Brian Kolner and Moshe Nazarathy coined the word “time-lens” in 1989 after using one to compress a pulse. They made a system in the time-domain that was a complete analog to a lens system in space. Their time-lens took a fat pulse and “focused” it, just like a spatial lens could take a fat beam and focus it to a smaller size. For more details, see Kolner’s well-written 1994 review on space-time duality and van Howe and Xu’s 2006 review on temporal-imaging devices).

Because much of my thesis work focused (pun intended) on temporal-imaging devices, I can’t help seeing them everywhere. This year’s CLEO conference was no exception with some talks being more direct about it than others.

Takahide Sakamoto from the National Institute of Information and Communication, in Tokoyo, Japan discussed time-lenses without using the word itself in tutorial, CMBB1, in “Optical Comb and Pulse Generation from CW Light.” Sakamoto showed impressive work on comb synthesis from CW light using electro-optic (EO) modulation. He demonstrated that EO phase modulation provides the most efficient way to move from CW light to the picosecond bandwidth regime. Higher order nonlinearities like chi-3 from fiber (EO is chi-2 process) can then be used to move bandwidth to femtosecond regime. Sakamoto stressed a clever biasing and driving technique using an itensity modulator that allowed truly flat comb spectra.

Other work leveraging temporal imaging concepts were CMD1, “Tunable high-energy soliton pulse generation from a large-mode-area fiber pumped by a picosecond time-lens source,” from Chris Xu’s group at Cornell University and JTuI77, “Scalable 1.28-Tb/s Transmultiplexer Using a Time Lens” by Petrillo and Foster. The former used electro-optic modulation as the time-lens to generate a seed source from CW light for solition shifting. The latter used four-wave mixing as the time-lens mechanism in order to look at the Fourier transform of a data packet for high-speed time-division multiplexing to wavelength-division multiplexing conversion (just as a spatial lens can provide a Fourier transform of a spatial profile, a time-lens can give the power spectrum of a temporal profile).
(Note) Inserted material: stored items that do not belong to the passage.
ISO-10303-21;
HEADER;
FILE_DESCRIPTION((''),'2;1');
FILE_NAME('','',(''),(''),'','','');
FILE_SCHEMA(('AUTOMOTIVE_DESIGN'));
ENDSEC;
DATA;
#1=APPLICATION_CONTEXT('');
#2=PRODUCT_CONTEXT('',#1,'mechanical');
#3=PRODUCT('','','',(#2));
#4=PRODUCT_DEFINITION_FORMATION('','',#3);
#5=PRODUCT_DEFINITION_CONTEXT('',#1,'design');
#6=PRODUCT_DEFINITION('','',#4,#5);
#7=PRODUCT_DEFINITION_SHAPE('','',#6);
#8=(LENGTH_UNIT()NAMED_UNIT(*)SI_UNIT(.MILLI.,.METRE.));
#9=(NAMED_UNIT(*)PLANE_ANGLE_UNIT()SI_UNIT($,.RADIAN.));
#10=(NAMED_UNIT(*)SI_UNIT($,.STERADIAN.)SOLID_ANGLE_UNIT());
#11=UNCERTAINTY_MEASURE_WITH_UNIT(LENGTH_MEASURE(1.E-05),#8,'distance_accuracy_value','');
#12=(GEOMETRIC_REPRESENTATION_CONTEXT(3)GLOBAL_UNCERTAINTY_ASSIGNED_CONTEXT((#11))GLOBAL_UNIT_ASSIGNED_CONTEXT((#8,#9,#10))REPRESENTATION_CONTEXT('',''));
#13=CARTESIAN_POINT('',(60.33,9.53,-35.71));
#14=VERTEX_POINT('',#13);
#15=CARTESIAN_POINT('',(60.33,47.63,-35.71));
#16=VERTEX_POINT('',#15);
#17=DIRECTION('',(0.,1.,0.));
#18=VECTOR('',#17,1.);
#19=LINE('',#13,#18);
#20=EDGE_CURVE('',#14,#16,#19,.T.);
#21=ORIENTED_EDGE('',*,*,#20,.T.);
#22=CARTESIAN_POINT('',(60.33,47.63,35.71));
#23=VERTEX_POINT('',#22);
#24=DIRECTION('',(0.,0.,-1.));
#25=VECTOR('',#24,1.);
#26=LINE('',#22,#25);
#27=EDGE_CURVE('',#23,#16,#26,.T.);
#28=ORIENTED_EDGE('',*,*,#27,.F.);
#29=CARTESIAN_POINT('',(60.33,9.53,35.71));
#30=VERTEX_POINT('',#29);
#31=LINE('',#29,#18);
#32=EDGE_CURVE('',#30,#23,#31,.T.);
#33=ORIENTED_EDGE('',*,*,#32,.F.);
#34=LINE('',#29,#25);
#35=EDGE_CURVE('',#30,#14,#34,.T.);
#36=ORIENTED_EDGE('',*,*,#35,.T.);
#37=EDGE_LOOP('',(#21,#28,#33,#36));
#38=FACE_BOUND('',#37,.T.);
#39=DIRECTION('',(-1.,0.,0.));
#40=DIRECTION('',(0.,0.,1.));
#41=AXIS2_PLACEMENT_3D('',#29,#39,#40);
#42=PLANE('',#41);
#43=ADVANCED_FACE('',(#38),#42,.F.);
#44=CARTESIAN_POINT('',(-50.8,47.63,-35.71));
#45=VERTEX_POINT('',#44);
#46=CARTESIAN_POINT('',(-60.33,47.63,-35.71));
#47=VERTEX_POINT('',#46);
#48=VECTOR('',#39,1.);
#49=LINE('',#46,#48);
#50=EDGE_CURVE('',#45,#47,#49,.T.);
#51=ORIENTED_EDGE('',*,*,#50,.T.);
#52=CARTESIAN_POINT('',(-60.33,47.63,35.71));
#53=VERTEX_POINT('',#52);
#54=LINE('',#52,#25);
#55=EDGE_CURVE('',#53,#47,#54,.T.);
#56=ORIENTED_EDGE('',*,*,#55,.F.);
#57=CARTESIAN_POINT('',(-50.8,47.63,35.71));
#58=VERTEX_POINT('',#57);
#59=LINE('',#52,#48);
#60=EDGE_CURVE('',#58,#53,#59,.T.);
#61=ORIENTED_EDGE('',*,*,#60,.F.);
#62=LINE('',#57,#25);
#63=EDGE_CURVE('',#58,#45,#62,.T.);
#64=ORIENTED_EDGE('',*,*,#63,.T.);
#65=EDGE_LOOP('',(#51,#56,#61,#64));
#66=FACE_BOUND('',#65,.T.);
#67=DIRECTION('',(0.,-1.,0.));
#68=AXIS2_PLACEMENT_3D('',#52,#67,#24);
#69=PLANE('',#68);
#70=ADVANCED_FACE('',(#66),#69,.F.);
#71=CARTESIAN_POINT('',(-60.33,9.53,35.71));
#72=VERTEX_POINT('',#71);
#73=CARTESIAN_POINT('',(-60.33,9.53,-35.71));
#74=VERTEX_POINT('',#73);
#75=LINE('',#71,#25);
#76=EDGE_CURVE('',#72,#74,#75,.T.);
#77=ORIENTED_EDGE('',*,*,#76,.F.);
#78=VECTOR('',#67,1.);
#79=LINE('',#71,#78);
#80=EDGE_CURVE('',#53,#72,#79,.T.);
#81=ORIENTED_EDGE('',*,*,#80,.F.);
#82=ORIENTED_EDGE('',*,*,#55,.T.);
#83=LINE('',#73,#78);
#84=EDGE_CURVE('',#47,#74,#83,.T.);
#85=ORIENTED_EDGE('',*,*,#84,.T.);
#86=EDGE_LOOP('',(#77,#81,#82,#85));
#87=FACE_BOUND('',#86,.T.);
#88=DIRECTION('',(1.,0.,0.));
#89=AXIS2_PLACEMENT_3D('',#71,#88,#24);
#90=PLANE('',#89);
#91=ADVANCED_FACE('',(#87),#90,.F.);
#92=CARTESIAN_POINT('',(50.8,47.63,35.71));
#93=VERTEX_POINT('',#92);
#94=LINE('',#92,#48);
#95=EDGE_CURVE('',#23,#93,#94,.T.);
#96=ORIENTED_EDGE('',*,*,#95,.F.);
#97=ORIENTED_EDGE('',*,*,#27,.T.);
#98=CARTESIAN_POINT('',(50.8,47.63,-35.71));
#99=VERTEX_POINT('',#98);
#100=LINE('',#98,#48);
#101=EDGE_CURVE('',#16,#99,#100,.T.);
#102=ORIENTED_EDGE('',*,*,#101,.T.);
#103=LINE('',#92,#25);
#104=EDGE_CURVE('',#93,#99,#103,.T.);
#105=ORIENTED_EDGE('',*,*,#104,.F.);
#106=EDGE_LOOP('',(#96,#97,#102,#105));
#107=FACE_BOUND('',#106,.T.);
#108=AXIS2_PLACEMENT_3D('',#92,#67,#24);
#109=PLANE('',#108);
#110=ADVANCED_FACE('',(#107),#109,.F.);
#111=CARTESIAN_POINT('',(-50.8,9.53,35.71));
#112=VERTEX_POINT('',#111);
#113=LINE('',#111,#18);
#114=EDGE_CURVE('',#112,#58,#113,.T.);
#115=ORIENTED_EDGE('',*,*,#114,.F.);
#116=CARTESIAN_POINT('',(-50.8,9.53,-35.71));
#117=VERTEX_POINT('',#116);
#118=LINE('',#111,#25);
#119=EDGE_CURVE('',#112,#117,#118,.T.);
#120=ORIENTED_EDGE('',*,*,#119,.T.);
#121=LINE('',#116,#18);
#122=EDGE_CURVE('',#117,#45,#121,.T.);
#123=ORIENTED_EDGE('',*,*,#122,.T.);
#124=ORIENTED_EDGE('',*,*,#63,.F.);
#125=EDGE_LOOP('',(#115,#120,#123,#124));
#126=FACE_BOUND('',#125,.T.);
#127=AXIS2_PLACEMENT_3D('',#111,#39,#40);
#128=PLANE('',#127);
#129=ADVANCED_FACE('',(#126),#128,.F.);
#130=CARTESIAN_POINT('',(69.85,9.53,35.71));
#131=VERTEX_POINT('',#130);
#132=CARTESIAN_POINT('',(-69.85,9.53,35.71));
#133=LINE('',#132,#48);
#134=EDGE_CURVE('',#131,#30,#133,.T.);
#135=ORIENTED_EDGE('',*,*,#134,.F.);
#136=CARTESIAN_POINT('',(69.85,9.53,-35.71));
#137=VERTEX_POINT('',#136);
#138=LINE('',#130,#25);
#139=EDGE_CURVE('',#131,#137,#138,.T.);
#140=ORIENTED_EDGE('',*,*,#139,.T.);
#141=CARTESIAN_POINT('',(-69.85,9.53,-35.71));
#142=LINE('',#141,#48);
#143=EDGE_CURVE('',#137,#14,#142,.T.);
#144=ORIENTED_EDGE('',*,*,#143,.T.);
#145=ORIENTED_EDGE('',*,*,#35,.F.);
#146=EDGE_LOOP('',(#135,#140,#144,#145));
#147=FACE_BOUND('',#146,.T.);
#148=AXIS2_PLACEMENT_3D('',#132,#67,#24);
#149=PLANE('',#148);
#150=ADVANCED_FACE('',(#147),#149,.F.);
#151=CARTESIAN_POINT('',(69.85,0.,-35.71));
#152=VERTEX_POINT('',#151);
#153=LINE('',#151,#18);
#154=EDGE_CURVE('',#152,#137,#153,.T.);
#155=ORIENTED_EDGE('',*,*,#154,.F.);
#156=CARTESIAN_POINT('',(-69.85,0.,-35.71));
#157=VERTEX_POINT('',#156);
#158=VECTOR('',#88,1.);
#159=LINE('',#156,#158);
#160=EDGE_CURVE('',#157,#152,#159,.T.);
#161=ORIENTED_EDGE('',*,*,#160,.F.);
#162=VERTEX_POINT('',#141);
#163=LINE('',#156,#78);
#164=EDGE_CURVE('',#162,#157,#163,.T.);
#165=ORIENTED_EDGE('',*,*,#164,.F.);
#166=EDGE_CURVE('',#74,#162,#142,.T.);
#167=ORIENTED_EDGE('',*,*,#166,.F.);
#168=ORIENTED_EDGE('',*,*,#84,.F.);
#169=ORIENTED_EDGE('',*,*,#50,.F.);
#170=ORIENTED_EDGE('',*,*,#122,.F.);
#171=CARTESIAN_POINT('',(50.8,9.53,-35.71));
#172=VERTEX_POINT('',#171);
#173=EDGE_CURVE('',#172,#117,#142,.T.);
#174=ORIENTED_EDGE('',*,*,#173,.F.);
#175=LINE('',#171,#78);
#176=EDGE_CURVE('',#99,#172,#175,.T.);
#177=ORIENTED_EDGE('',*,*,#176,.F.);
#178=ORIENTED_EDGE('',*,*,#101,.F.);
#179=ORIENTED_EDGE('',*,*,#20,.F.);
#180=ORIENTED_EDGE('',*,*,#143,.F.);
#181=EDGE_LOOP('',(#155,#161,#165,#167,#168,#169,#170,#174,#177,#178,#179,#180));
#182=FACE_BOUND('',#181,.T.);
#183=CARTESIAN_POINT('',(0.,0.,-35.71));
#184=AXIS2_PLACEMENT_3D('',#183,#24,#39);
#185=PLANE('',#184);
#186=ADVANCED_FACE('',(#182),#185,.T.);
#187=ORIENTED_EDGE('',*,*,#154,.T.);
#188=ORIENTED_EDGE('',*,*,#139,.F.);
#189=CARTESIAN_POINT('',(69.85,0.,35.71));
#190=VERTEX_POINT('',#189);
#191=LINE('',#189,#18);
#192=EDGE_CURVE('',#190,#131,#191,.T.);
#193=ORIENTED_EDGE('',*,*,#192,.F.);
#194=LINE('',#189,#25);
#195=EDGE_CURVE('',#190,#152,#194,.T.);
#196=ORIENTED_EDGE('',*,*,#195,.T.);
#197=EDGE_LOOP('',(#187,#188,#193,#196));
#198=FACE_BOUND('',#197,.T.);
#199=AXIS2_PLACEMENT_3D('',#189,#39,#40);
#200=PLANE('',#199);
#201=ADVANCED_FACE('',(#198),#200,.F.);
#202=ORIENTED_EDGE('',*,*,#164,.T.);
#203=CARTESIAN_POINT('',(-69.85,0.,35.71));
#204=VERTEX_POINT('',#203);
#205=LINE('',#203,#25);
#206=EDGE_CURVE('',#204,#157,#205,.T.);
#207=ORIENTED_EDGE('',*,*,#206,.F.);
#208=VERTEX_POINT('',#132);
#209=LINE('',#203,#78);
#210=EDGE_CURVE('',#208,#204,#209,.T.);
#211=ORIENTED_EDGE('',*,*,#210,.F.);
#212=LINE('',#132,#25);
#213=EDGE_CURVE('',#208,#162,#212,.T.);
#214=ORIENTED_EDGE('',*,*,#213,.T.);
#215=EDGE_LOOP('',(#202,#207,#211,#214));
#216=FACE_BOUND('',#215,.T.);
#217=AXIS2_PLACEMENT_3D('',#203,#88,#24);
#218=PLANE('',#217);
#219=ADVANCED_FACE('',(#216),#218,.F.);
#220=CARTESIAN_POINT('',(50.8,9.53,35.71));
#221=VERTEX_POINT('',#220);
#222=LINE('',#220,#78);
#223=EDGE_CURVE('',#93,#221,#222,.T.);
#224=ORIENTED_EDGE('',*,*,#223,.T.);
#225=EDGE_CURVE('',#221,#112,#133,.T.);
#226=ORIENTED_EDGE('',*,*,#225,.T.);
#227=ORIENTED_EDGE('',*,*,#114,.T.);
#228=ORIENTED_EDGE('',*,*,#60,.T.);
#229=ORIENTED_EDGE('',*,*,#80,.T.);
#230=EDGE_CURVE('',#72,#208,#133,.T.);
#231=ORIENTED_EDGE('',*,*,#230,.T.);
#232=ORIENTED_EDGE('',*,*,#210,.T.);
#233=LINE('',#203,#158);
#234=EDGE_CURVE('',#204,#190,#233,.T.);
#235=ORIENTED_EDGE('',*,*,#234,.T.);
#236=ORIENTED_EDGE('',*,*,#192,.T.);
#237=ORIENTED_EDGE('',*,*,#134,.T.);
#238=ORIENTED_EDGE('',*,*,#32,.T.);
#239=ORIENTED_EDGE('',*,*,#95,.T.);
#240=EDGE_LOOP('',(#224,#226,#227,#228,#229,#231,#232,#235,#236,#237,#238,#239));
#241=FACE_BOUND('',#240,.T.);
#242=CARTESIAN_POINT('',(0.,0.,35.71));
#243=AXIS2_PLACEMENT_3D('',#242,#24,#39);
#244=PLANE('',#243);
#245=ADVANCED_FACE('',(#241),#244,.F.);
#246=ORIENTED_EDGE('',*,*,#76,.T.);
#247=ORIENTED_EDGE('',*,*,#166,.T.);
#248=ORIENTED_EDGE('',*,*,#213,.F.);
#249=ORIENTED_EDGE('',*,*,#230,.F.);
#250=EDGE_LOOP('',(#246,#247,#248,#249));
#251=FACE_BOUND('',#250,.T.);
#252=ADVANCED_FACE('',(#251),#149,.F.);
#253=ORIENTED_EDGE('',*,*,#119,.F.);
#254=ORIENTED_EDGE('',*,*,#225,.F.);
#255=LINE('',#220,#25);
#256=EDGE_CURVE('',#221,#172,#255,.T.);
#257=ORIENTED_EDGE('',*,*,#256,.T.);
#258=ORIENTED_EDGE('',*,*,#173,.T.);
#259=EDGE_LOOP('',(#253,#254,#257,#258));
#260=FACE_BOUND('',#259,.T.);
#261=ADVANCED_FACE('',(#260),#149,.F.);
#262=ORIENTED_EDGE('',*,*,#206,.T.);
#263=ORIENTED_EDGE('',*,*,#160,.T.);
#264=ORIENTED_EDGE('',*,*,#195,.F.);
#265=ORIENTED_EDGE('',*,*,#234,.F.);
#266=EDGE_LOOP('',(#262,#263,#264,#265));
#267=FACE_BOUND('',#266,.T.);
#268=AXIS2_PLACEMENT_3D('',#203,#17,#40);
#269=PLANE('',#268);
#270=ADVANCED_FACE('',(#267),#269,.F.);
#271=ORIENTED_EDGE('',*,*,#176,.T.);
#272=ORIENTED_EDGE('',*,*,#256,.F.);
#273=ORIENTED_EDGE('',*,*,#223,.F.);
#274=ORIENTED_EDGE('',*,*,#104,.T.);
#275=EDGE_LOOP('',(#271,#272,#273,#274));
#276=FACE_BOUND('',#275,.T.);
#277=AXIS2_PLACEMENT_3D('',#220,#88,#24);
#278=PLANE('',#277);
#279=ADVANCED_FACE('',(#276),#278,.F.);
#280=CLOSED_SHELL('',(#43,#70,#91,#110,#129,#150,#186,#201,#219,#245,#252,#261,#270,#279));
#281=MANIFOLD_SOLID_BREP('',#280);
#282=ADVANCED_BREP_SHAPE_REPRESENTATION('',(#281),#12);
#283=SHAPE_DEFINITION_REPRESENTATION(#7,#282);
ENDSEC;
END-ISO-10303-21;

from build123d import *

# Parameters (mm, degrees)
SKETCH1_W    = 139.7
SKETCH1_H    = 9.53
BLOCK1_DEPTH = 71.42
SKETCH2_W    = 9.53
SKETCH2_H    = 38.1
BLOCK2_DEPTH = 71.42
SKETCH3_W    = 9.53
SKETCH3_H    = 38.1
BLOCK3_DEPTH = 71.42


with BuildPart() as part:
    # Sketch1 → Block1 (new body)
    with BuildSketch(Plane.XY.offset(-35.71)):
        with Locations((0, 4.765)):
            Rectangle(SKETCH1_W, SKETCH1_H)
    extrude(amount=BLOCK1_DEPTH)

    # Sketch2 → Block2 (add)
    with BuildSketch(Plane.XY.offset(-35.71)):
        with Locations((-55.565, 28.58)):
            Rectangle(SKETCH2_W, SKETCH2_H)
    extrude(amount=BLOCK2_DEPTH)

    # Sketch3 → Block3 (add)
    with BuildSketch(Plane.XY.offset(-35.71)):
        with Locations((55.565, 28.58)):
            Rectangle(SKETCH3_W, SKETCH3_H)
    extrude(amount=BLOCK3_DEPTH)


solid = part.part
Note that the Xu group has also developed time-lens source for CARS microscopy.

Work from Andrew Weiner’s group also made use of time-lenes, CWN3, “Broadband, Spectrally Flat Frequency Combs and Short Pulse Sources from Phase modulated CW: Bandwidth Scaling and Flatness Enhancement using Cascaded FWM” and CFG6, “Microwave Photonic Filters with > 65-dB Sidelobe Suppression Using Directly Generated Broadband, Quasi–Gaussian Shaped Optical Frequency Combs.” These works used a front end similar to those shown by Sakamoto, but then added an assisted nonlinear enhancement to bandwidth by using four-wave mixing.

Finally, former CLEO Blogger, Kesnia Dolgaleva, authored CThHH6, “Integrated Temporal Fourier Transformer Based on Chirped Bragg Grating Waveguides” to show a compact, integrated Fourier Transformer, which though not a time-lens, is another device similarly based on space-time duality. This paper draws upon co-author Jose Azana’s previous fiber Bragg grating work, which is just one of many Azana’s contributions to the field of temporal imaging.

If you look hard enough, you can see time-lenses anywhere- all you need is a device that gives a quadratic phase in time to an optical wavefront (nonlinear frequency mixing, used everywhere in optics, is one technique that works well). However, the big advantage for recognizing a time-lens when you have one is that you can bring all of the knowledge of spatial imaging systems to your work with a simple change of variables.